That love felt star-crossed. One Sunday morning in 1992, the New York Times sprawled across my doormat predicted “The End of Books.” Could print, asked the novelist Robert Coover, survive the age of “video transmissions, cellular phones, fax machines, computer networks”? Coover wondered, but other essayists judged. In 1994, the window display of an independent bookshop that would be evicted a few months later to make way for a Starbucks led me to a hardcover called The Gutenberg Elegies. In its pages, ex-bookseller Sven Birkerts mourned the “focused, sequential, text-centered engagement” that he worried was being jostled aside by “the restless, grazing behavior of clicking and scrolling.”1

Soon, newfangled blogs had me mousing through to surveys proving that even if book-length works continued to be read, it wouldn’t be by men, or in the bathtub, or off the beach. In 2004, the National Endowment for the Arts released a survey of American reading habits—or rather, the lack thereof. The resulting report, Reading at Risk, identified a 14 percent decline in literary reading since 1992, with rates especially low for men and young adults. In 2007, a follow-up report appeared under the title To Read or Not to Read. The practice of engaging with texts, the riff on Hamlet suggested, was at existential risk. Once again Americans seemed to be reading less and reading less well, with 19 percent of seventeen-year-olds reporting that they “never or hardly ever” read. Meanwhile, 28 percent of teenagers who did read reported combining the activity with the simultaneous use of other media.2

As magazines migrated from doormats to laptops, articles vied to diagnose the disappearance of a way of life that Americans had once read. Just as often as the death of print journalism, though, journalists lamented the decline of printed books. When Nicholas Carr asked in a 2008 Atlantic article “Is Google Making Us Stupid?,” the evidence for answering in the affirmative was the fate of long-form reading. “Immersing myself in a book or a lengthy article used to be easy,” Carr confessed, but in the digital era he found himself “getting fidgety,” “dragging my wayward brain back to the text.”3 What was lost wasn’t just the information that he was no longer absorbing, but the taste for being absorbed.

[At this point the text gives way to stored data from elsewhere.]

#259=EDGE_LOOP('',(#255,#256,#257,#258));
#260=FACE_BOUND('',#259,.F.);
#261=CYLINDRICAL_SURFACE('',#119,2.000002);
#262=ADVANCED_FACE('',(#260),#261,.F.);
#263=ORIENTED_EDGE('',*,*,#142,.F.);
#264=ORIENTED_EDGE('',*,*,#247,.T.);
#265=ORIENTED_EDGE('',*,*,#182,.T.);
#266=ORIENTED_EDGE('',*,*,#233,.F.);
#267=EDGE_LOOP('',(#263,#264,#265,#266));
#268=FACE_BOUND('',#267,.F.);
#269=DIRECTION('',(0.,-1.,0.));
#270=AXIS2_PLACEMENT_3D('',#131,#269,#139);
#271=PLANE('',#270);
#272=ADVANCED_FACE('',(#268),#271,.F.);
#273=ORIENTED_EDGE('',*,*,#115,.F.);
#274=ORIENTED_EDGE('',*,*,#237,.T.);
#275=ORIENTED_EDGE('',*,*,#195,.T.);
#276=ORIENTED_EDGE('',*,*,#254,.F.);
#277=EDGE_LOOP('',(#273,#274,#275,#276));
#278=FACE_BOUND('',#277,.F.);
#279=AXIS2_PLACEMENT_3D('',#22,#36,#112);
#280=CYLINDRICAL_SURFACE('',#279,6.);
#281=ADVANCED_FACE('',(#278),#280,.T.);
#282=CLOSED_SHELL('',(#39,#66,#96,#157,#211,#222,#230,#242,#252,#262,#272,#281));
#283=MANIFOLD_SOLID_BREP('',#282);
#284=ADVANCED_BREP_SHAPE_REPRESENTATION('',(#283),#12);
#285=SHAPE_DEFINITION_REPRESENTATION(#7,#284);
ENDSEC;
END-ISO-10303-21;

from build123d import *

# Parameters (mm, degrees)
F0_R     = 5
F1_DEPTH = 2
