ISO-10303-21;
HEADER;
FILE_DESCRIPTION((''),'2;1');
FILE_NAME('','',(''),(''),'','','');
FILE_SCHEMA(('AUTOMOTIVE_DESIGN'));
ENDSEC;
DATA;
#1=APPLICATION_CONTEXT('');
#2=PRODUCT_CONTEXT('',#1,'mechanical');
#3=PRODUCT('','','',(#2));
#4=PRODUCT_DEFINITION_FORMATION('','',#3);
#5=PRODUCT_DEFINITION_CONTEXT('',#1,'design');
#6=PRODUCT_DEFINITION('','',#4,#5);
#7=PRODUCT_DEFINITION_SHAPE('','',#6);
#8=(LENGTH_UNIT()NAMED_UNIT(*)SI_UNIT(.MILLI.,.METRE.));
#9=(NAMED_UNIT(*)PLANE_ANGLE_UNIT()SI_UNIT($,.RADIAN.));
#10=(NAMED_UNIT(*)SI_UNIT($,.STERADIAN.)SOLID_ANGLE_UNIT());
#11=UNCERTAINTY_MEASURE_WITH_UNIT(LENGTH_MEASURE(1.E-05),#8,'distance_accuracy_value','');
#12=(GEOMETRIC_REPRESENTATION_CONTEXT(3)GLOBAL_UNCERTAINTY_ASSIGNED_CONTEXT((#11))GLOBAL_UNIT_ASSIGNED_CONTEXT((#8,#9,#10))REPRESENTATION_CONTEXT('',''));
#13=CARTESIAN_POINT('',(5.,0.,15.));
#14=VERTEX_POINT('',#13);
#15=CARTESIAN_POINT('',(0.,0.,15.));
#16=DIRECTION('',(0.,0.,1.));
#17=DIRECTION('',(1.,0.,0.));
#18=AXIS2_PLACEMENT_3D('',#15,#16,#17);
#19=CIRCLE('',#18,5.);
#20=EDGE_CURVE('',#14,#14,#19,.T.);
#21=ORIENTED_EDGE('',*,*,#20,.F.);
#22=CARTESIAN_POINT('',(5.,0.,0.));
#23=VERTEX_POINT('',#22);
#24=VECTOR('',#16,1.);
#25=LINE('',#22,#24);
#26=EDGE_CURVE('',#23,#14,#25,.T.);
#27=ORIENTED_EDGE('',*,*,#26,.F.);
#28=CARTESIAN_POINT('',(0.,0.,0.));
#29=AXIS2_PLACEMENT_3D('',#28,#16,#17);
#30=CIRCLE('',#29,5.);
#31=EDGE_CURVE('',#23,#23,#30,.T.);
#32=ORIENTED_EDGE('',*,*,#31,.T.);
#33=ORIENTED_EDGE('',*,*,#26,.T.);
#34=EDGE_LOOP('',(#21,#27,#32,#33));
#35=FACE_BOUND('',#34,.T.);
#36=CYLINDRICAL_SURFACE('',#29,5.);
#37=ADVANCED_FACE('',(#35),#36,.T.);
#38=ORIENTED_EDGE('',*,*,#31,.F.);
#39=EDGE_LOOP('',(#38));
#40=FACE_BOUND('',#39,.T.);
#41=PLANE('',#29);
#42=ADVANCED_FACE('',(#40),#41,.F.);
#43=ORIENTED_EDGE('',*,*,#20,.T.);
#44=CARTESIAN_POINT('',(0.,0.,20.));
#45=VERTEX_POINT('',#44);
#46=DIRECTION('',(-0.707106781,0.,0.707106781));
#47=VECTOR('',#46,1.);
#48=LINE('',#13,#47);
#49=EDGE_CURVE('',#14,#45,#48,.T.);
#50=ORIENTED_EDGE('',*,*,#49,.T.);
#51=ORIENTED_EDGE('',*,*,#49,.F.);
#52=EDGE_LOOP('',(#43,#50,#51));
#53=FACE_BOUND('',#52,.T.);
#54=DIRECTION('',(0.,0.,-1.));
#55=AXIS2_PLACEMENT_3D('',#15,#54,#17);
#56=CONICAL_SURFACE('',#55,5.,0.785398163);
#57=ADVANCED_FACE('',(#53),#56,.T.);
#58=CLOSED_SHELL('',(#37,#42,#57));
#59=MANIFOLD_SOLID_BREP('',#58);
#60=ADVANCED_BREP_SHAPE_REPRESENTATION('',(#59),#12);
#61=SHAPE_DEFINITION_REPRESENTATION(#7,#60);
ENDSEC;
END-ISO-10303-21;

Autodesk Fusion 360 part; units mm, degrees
cylinder "CylinderPrimitive1" add diameter 10 height 20 placed x (1, 0, 0) y (0, 1, 0) z (0, 0, 1) at (0, 0, 0)
chamfer "Chamfer1" distance 5 angle 45 1 edges at (-4.6616, -1.8081, 20)
component "Base" placed x (1, 0, 0) y (0, 1, 0) z (0, 0, 1) at (0, 0, 0)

My first smartphone strafed my pocket with predictions that even if reading survived, eyes would glaze over before the 141st character. Essays of every conceivable length braced us to mourn the habits of mind or even soul that books had once occasioned: the capacity to follow a demanding idea from start to finish, to look beyond the day’s news, to be alone. As our shelves emptied out, we feared losing our selves.

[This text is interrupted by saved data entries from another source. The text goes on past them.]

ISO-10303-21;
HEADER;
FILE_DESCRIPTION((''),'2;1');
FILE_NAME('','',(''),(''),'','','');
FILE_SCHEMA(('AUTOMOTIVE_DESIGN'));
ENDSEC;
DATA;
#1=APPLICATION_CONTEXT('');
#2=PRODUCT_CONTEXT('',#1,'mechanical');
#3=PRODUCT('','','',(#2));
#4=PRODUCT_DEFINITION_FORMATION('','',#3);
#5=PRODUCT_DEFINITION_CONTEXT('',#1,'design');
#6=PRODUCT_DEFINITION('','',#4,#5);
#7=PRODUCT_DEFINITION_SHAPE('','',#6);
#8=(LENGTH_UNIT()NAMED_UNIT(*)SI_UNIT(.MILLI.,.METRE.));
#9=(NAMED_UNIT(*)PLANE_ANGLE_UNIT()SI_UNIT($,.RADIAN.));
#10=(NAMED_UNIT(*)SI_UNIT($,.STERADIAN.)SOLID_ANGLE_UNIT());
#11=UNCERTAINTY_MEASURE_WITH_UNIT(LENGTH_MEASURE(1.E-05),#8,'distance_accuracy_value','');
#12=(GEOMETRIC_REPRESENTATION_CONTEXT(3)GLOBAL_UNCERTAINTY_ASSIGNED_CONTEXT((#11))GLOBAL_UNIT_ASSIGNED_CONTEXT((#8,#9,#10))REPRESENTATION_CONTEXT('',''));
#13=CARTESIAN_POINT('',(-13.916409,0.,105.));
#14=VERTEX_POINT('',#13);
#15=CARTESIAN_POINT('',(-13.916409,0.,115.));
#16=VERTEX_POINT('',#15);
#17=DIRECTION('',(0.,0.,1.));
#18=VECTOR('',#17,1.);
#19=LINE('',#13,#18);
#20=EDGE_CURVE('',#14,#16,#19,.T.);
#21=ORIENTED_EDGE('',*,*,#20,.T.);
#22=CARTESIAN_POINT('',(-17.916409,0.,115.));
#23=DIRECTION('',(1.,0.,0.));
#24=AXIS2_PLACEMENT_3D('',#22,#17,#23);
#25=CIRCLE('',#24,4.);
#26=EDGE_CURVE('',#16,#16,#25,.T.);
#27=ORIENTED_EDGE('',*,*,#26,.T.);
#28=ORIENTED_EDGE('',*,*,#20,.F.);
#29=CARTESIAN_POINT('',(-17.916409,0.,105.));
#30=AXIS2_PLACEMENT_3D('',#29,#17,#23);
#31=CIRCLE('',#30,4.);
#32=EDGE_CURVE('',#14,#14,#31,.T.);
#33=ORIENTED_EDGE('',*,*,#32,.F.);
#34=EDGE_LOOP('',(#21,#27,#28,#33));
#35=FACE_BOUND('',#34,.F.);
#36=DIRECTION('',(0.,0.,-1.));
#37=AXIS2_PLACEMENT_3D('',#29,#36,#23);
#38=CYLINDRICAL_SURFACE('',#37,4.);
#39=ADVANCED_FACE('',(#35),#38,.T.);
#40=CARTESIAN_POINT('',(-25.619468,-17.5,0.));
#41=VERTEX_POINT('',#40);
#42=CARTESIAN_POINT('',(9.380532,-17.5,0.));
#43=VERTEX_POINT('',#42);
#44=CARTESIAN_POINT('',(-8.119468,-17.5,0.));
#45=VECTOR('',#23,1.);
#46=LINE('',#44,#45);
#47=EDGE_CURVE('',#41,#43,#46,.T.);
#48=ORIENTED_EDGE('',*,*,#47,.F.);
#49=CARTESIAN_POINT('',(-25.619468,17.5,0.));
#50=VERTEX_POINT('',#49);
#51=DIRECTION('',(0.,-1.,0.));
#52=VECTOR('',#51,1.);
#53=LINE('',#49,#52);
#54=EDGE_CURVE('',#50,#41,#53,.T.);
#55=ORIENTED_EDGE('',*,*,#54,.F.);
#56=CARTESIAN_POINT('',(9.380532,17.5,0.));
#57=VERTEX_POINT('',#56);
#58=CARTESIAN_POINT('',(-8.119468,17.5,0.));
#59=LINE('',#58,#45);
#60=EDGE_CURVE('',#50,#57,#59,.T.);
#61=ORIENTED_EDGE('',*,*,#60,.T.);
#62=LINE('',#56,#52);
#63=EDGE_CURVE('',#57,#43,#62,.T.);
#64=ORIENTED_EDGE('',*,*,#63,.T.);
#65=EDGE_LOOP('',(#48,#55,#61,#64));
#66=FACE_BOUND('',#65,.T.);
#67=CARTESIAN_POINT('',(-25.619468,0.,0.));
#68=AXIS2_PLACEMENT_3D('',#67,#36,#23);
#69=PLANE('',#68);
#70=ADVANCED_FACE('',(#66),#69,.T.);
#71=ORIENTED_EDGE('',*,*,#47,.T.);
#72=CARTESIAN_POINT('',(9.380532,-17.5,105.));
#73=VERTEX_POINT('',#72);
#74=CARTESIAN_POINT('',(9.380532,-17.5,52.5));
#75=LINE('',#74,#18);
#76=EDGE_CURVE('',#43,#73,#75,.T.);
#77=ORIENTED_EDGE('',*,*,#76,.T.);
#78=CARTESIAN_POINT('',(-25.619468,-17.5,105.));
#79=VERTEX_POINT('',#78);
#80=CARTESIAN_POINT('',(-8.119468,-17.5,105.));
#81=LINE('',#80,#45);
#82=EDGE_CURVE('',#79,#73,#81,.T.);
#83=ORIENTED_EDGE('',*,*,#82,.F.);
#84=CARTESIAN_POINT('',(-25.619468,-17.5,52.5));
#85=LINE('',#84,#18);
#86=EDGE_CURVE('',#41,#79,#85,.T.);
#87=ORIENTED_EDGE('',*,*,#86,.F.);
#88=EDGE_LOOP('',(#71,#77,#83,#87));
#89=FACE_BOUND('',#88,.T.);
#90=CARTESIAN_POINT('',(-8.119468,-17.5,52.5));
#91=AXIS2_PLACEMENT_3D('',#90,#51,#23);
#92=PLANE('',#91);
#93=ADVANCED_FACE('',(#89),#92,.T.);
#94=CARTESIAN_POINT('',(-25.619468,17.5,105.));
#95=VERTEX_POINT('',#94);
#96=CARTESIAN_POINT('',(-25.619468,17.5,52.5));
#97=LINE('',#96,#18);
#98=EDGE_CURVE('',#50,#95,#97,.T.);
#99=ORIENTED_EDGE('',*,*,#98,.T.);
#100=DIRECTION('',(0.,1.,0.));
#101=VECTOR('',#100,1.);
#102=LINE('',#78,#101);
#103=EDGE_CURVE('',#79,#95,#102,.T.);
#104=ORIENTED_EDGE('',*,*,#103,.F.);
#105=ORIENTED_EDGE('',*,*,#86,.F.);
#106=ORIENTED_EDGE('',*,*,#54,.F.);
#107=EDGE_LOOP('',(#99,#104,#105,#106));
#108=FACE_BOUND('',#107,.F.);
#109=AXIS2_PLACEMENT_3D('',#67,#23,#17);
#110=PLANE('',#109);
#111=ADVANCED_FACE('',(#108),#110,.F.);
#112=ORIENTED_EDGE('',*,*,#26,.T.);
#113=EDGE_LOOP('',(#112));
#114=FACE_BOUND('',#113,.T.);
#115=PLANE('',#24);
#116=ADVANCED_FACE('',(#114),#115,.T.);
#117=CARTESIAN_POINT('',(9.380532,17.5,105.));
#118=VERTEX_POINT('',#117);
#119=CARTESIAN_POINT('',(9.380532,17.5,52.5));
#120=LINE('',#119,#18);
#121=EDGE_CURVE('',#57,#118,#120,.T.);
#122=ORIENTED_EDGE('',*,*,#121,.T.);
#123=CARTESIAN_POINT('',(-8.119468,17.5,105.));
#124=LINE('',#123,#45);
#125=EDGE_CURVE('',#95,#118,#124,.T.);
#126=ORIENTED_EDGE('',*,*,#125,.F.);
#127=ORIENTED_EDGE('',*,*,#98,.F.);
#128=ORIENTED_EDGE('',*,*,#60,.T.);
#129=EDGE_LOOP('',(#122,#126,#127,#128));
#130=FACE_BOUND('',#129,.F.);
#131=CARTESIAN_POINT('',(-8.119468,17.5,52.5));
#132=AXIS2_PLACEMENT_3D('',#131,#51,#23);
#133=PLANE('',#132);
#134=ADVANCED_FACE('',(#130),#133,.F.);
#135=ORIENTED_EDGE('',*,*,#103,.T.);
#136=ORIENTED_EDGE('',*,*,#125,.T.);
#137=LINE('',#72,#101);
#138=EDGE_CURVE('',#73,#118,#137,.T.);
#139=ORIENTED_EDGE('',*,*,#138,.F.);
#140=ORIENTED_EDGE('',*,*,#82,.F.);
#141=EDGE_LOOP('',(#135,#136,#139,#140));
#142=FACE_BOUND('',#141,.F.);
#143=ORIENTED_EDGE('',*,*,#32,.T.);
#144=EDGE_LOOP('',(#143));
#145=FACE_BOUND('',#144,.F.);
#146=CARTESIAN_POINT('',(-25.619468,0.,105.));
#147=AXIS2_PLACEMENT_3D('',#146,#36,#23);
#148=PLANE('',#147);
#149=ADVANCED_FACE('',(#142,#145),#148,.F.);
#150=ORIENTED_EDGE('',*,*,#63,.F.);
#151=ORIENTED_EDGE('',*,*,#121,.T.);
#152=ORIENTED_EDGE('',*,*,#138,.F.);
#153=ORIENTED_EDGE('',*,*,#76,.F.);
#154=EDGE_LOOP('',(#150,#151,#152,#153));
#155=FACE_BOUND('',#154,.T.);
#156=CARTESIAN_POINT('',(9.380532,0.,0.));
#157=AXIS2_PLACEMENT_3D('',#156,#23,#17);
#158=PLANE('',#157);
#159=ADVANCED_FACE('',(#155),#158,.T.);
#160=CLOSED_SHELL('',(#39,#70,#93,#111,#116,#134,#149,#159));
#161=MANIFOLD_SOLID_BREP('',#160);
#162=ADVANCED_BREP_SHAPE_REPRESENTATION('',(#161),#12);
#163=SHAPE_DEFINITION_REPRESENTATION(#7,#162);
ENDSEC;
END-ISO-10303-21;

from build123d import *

# Parameters (mm, degrees)
F0_W     = 35
F0_H     = 105
F1_DEPTH = 17.5
F2_R     = 4
F3_DEPTH = 10


with BuildPart() as f1:
    # F0 (on Front) → F1 (new body, symmetric)
    with BuildSketch(Plane.XZ):
        with Locations((-8.1194676842, 52.5)):
            Rectangle(F0_W, F0_H)
    extrude(amount=F1_DEPTH, both=True)

    # F2 (on face) → F3 (join)
    with BuildSketch(Plane.XY.offset(105)):
        with Locations((-17.9164092988, 0)):
            Circle(F2_R)
    extrude(amount=F3_DEPTH)


solid = f1.part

Here’s what happened instead. Sales of printed books rebounded in the decade that followed—rising as steadily as electronic book sales leveled off.4 In the United States, 2011 was the first year in which more ebooks were sold than hardcovers; by 2016, though, hardbacks were outstripping ebooks once again.5 And since most of the books we read weren’t bought yesterday, it may be even more telling that in that same year, twice as many Americans read glued or sewn wood pulp than read an electronic book.6 As I upload this manuscript late in 2018, new industry reports inform me that print sales have increased in the United States for each of the past four years.7 Last year, sales revenue from hardbacks and paperbacks outstripped revenue from ebooks by more than $300 million.8 Also late in 2018, the Association of American Publishers reported revenue from hardcover sales up around 3.5 percent, with revenue from digital books down nearly as much.9 And in December 2018 as well, gift-givers found best-selling titles ranging from a Richard Powers novel to a Frederick Douglass biography on back order. One culprit turned out to be that most old-fashioned of crises: a paper shortage.10

It’s true that bookstore sales and revenues have declined in the past decade. But the fact that the dip began right after the 2008 recession suggests that the culprit is financial, not technological.11 And it’s true that a third of Americans in their late teens and twenties reported reading an ebook in 2017, twice the rate of their counterparts over sixty-five.12 But the youngest Americans believe, at least, that printed books won’t die off when their grandparents do. While in 2012, 60 percent of six- to seventeen-year-olds surveyed had predicted they would always prefer print to ebooks, by 2016, that number had climbed a modest but significant 5 percent.13 Old media isn’t just the province of the old.

More fundamentally, the pages that follow will try to persuade you that the digital-age printed book isn’t really an old medium at all. Rather, it’s a format being reinvented by booklovers before our eyes. In that sense, our own era continues, rather than breaks with, a tradition of innovation that has seen new formats emerge over and over again for half a millennium.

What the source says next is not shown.